The human brain and comparative judgments

It is relatively common to hear an object described as being “bigger than a breadbox,” and most people have little trouble making this type of comparative judgment. However, how the human brain makes such comparisons based on continuous quantities is quite complex and not completely understood. Now, a new research study published in the March 25 issue of Neuron provides significant new information about how the brain interprets spatial and nonspatial sensory information to make comparative judgments about quantities such as number, size, and luminance.

Previous work suggests that a region of the brain called the intraparietal sulcus (IPS) is active during comparative operations. Dr. Philippe Pinel and colleagues from the Unit of Cognitive Neuroimaging in Orsay, France designed a study to investigate how the brain processes the information that is used to make comparative judgments about numerical information and nonnumerical stimuli like size and luminance.

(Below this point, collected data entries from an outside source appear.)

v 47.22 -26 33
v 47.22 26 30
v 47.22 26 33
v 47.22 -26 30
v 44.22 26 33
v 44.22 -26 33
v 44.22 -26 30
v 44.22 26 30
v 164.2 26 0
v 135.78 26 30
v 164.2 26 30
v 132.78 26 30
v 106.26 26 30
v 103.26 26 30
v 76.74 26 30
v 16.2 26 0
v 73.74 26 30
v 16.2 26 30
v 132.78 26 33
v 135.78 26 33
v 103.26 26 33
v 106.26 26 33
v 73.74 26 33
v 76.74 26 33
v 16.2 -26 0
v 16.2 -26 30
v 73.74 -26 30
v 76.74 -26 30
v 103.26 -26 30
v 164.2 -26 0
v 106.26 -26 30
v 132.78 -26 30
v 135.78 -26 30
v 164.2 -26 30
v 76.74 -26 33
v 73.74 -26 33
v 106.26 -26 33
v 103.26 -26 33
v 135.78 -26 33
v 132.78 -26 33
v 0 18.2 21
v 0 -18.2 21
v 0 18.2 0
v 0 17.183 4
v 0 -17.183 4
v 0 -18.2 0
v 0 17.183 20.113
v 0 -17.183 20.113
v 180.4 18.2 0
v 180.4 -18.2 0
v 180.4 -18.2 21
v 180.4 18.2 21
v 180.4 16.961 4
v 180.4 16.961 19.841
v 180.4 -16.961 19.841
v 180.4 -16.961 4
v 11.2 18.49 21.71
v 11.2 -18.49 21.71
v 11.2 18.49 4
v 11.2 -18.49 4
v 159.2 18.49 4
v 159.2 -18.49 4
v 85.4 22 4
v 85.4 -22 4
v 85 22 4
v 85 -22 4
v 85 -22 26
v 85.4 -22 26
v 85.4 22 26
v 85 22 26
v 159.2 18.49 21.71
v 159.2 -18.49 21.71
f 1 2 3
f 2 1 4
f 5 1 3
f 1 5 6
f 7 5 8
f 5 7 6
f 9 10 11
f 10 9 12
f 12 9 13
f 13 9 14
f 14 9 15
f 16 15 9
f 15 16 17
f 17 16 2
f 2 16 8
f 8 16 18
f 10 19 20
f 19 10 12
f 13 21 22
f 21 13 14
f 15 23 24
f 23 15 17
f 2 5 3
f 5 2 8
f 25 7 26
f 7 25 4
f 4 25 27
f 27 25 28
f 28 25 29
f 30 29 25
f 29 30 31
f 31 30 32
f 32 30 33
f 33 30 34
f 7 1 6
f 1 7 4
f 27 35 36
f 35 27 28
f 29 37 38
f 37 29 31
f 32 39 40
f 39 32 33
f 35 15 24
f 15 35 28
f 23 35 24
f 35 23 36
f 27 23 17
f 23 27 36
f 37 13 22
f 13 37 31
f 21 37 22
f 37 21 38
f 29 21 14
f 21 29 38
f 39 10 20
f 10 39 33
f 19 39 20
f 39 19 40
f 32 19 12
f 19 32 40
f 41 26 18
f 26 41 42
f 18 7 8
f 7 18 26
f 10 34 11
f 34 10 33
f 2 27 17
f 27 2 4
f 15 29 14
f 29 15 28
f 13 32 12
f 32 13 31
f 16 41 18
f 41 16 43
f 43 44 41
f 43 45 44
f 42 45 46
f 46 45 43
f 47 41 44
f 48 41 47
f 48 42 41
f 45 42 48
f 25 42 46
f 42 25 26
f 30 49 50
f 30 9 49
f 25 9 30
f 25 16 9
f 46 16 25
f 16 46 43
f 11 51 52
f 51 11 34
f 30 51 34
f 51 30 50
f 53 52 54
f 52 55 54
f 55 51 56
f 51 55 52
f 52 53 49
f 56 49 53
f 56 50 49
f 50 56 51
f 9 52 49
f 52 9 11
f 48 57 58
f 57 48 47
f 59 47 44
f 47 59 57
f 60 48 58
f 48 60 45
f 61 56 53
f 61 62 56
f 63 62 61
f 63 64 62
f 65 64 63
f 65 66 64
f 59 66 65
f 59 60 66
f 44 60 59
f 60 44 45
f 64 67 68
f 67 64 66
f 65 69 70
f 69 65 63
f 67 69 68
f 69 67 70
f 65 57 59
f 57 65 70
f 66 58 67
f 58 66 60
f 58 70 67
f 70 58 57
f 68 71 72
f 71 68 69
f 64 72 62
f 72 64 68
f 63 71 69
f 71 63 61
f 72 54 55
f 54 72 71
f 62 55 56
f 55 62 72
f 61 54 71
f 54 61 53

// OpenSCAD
$fn = 32;

// ----------------------------------------------------------------------
// Faired channel: 180 x 52 x 30 mm, 4 mm walls, faired ends
// ----------------------------------------------------------------------

// --- parameters (mm) ---
length = 180;             // channel length
width = 52;               // channel width at mid length
height = 30;              // channel height at mid length
wall = 4;                 // side wall thickness
floor_t = 4;              // floor thickness
end_w = 36.4;             // faired end width
end_h = 21;               // faired end height
ribs = 4;                 // stiffening ribs on the top
rib_t = 3;                // rib thickness
rib_h = 3;                // rib height

difference() {
  union() {
    hull() {
      translate([0, -18.2, 0]) cube([0.4, 36.4, 21]);
      translate([16.2, -26, 0]) cube([0.4, 52, 30]);
    }
    hull() {
      translate([16.2, -26, 0]) cube([0.4, 52, 30]);
      translate([90, -26, 0]) cube([0.4, 52, 30]);
    }
    hull() {
      translate([90, -26, 0]) cube([0.4, 52, 30]);
      translate([163.8, -26, 0]) cube([0.4, 52, 30]);
    }
    hull() {
      translate([163.8, -26, 0]) cube([0.4, 52, 30]);
      translate([180, -18.2, 0]) cube([0.4, 36.4, 21]);
    }
    /* stiffening ribs across the flat top, sunk 0.8 mm into it */
    for (i = [1 : ribs]) {
      translate([16.2 + i * (length - 2 * 16.2) / (ribs + 1) - rib_t / 2, -width / 2, height - 0.8]) cube([rib_t, width, rib_h + 0.8]);
    }
  }
  /* cavity, 5 mm proud of both ends so the ports are cut clean */
  hull() {
    translate([-5, -16.6, 4]) cube([0.4, 33.2, 15.4]);
    translate([11.2, -18.49, 4]) cube([0.4, 36.98, 17.71]);
  }
  hull() {
    translate([11.2, -18.49, 4]) cube([0.4, 36.98, 17.71]);
    translate([85, -22, 4]) cube([0.4, 44, 22]);
  }
  hull() {
    translate([85, -22, 4]) cube([0.4, 44, 22]);
    translate([158.8, -18.49, 4]) cube([0.4, 36.98, 17.71]);
  }
  hull() {
    translate([158.8, -18.49, 4]) cube([0.4, 36.98, 17.71]);
    translate([185, -16.6, 4]) cube([0.4, 33.2, 15.4]);
  }
}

Specifically, the researchers were interested in determining whether comparative judgments on each continuum involve the activity of specific defined regions of the IPS. Human subjects were scanned using a sophisticated brain imaging technique called functional magnetic resonance imaging (fMRI) while they made comparative judgments about pairs of Arabic digits that varied in actual physical size, numerical size, and luminance. This experimental paradigm allowed the researchers to examine interference evoked by the other two irrelevant dimensions as well as specific regions of brain activity.

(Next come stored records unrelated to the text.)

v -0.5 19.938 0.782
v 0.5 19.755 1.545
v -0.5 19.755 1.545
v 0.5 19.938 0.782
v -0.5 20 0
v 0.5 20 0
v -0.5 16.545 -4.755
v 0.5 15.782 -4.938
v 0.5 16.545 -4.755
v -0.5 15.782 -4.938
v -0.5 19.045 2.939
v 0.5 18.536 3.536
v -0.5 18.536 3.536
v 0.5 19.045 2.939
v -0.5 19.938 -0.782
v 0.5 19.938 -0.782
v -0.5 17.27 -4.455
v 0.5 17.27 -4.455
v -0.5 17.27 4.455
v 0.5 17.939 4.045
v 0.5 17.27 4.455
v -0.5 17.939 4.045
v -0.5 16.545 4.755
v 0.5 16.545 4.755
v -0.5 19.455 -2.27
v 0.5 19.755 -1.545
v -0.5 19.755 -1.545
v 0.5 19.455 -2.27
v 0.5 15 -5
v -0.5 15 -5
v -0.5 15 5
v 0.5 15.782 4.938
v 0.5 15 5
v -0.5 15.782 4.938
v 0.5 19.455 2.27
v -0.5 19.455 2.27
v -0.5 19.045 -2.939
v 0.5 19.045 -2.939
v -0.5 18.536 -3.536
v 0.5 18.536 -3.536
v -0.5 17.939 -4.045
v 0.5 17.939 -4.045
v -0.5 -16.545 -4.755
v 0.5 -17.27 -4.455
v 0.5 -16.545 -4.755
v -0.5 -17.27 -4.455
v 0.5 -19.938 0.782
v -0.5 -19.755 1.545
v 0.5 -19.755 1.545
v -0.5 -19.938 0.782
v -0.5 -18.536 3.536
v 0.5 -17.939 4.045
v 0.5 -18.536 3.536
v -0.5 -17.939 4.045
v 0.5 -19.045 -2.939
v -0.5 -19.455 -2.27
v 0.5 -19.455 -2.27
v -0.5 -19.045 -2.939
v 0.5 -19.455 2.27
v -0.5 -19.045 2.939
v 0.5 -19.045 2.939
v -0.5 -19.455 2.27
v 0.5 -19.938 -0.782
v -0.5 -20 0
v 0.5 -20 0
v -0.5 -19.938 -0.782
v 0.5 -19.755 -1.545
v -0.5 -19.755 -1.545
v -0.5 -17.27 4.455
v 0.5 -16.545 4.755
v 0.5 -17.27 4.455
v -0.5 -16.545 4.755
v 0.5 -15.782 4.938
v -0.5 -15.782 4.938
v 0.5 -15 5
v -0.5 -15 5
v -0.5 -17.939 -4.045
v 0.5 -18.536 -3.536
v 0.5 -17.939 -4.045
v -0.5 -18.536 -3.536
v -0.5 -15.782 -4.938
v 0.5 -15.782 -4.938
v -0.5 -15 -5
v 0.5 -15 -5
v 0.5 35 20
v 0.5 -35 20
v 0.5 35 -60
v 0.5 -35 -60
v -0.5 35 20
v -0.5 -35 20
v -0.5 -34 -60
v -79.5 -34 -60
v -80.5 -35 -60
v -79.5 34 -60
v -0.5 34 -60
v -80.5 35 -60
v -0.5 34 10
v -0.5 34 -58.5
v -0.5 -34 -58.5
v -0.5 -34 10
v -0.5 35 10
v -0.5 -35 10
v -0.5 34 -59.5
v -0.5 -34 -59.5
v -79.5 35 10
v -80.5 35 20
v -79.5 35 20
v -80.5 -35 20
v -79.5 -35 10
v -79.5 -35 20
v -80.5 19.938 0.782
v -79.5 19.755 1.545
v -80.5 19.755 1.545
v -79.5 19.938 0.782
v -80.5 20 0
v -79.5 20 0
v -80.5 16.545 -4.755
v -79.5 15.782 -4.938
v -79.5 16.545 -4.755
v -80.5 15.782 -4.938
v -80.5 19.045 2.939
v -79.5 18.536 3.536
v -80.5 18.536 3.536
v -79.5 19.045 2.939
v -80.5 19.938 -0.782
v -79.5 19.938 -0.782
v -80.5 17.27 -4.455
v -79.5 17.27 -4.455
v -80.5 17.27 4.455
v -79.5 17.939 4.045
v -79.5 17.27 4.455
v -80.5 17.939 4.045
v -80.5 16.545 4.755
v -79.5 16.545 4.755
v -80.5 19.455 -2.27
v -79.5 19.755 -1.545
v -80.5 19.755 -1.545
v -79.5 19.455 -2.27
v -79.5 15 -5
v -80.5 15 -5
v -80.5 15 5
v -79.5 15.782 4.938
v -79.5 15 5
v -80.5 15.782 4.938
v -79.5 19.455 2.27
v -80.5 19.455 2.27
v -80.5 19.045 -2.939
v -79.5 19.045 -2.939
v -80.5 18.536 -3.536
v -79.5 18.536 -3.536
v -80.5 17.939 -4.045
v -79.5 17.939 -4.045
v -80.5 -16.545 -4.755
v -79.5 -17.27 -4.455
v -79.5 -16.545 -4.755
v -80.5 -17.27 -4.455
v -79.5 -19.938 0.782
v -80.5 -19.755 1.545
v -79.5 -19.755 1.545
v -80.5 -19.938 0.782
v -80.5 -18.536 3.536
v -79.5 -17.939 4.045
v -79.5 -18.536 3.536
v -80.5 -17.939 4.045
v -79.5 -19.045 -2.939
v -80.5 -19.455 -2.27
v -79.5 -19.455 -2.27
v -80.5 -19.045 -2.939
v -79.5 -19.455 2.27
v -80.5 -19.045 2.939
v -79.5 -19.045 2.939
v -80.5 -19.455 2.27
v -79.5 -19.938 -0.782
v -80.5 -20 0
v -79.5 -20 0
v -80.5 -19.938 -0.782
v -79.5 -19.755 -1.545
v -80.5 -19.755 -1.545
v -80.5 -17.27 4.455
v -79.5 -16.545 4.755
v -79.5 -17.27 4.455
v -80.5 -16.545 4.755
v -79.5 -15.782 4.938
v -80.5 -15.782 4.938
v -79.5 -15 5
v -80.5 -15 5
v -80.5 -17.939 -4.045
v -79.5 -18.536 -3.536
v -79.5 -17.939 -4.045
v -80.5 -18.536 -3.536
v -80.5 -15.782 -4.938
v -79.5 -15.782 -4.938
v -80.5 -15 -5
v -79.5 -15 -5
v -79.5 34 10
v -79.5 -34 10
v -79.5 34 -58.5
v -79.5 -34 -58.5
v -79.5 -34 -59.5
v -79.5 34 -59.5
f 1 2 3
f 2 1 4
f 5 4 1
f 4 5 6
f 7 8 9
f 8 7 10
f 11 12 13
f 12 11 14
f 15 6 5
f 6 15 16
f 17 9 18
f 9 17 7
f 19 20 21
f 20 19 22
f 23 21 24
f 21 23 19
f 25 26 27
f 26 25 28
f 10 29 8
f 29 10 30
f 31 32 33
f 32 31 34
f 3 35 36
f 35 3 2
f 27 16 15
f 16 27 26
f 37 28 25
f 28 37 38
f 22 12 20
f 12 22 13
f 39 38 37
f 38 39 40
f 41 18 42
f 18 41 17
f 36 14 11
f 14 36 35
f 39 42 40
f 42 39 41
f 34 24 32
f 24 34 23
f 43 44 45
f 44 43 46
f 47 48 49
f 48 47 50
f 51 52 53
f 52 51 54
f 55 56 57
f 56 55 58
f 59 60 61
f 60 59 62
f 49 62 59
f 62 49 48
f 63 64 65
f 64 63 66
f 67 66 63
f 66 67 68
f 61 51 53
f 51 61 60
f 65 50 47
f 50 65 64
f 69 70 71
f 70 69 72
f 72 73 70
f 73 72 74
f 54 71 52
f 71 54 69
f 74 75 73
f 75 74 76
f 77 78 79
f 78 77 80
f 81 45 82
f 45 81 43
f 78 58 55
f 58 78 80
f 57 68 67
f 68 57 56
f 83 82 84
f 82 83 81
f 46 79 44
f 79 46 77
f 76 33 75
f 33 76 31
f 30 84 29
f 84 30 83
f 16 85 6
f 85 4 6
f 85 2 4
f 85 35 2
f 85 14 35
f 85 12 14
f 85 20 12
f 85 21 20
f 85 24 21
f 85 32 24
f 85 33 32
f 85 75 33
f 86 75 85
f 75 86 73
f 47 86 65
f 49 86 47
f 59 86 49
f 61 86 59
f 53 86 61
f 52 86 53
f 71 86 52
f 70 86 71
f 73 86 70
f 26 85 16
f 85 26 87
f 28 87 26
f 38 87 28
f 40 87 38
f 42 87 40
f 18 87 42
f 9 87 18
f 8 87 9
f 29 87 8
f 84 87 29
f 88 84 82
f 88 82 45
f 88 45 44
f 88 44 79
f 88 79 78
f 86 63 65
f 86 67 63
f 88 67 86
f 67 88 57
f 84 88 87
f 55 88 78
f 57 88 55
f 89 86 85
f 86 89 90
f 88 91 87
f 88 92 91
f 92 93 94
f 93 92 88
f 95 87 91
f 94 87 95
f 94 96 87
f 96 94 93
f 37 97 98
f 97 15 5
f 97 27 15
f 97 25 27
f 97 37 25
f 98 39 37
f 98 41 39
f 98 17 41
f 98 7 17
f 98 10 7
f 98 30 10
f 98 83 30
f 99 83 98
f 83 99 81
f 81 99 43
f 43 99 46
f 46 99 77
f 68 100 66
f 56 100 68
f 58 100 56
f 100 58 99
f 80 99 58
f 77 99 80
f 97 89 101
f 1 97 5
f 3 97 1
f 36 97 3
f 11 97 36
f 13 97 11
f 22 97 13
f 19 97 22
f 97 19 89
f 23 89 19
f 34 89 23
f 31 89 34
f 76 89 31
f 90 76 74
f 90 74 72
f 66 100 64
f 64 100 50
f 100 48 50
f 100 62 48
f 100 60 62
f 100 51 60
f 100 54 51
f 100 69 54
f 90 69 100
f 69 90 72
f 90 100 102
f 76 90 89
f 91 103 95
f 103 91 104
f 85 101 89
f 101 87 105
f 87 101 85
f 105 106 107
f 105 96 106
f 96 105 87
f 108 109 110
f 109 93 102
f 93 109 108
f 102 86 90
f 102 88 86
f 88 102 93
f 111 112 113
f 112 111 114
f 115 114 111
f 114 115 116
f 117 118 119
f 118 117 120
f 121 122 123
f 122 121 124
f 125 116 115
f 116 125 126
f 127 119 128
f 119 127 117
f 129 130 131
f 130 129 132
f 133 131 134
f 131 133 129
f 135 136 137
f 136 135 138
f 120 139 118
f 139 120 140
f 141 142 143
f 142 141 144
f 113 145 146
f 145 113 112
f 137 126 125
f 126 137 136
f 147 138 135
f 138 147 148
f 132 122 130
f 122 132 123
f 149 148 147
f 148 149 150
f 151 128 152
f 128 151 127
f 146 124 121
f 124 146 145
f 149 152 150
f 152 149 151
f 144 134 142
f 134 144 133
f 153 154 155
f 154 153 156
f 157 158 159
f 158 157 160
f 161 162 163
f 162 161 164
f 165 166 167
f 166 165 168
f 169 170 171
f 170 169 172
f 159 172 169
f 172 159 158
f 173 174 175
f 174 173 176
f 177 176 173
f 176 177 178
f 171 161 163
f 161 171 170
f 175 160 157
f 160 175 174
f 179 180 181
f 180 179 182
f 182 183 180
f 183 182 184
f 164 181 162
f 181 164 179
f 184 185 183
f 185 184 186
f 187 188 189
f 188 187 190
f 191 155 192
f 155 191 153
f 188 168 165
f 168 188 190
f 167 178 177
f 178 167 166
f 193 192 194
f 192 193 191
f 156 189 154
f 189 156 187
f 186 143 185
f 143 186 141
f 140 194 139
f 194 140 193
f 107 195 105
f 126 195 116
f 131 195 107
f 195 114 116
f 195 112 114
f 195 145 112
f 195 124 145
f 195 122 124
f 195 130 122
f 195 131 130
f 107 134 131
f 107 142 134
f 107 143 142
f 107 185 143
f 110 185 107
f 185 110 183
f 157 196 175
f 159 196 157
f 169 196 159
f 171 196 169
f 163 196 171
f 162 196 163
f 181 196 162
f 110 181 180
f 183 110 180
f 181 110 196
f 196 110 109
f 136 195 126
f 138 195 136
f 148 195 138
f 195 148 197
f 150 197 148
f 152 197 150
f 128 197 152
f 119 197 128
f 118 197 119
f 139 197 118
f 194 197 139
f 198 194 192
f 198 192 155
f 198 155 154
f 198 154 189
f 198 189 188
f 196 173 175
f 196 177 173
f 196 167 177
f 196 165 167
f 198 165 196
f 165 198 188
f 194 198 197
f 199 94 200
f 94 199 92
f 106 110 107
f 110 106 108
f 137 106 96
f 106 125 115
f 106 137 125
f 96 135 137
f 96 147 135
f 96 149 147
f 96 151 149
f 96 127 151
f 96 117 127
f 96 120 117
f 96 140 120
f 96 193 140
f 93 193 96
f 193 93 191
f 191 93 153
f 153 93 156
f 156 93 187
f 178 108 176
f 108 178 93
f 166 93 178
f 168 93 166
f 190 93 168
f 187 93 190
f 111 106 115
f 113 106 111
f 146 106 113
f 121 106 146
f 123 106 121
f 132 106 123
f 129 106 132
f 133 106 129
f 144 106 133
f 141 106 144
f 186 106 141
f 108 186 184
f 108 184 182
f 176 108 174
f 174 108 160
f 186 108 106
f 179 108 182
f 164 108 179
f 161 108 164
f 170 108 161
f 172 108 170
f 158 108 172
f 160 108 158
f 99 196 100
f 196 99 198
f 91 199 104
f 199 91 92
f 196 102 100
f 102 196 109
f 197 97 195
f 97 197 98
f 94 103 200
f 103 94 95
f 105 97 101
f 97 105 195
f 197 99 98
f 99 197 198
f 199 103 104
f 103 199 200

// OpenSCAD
module slot(){

    Key_Lenght = 100;
    Key_Height = 100;
    Key_Width = 150;
    
    color("#a8b0b2")
    union(){
        translate([15,0,0])
        cylinder(5,5,5, $fn=40, center=true);

        translate([-15,0,0])
        cylinder(5,5,5, $fn=40, center=true);

        cube([30,10,5],center = true);
    }
}

color("#ccaa66"){
   
difference(){
    translate([0,0,-20]){
    cube([1,70,80], center = true);
    }
        translate([0,0,0]){
            rotate([90,0,90]){
                slot();
            }
        }
}

translate([-80,0,0])
difference(){
    translate([0,0,-20]){
    cube([1,70,80], center = true);
    }
        translate([0,0,0]){
            rotate([90,0,90]){
                slot();
            }
        }        
}


rotate([90,0,90])
translate([-34.5,-25,-40])
cube([1,70,79], center = true);

rotate([90,0,90])
translate([34.5,-25,-40])
cube([1,70,79], center = true);

translate([-40,0,-59])
cube([80,68,1], center = true);
}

The authors observed that, during comparative judgments, the relative continuous quantities of number, size, and luminance are represented in distributed and overlapping regions of the cortex, with no single region uniquely selective for one particular stimulus. According to Dr. Pinel, “Our results demonstrate that, during comparative judgments, continuous dimensions such as luminance and size are neither processed by distinct regions of highly specialized cortex nor by a single generic comparison system. Instead, processing appears to be distributed along the length of the IPS, with partially different local peaks for each dimension. There is considerable overlap between the local brain regions, and although there may be some neurons that respond to stimuli from a single dimension, those neurons are not likely to exist in a unique, well-delimited anatomical area.”

Philippe Pinel, Manuela Piazza, Denis Le Bihan, and Stanislas Dehaene: “Distributed and Overlapping Cerebral Representations of Number, Size, and Luminance during Comparative Judgments”

Published in Neuron, Volume 41, Number 6, 25 March 2004.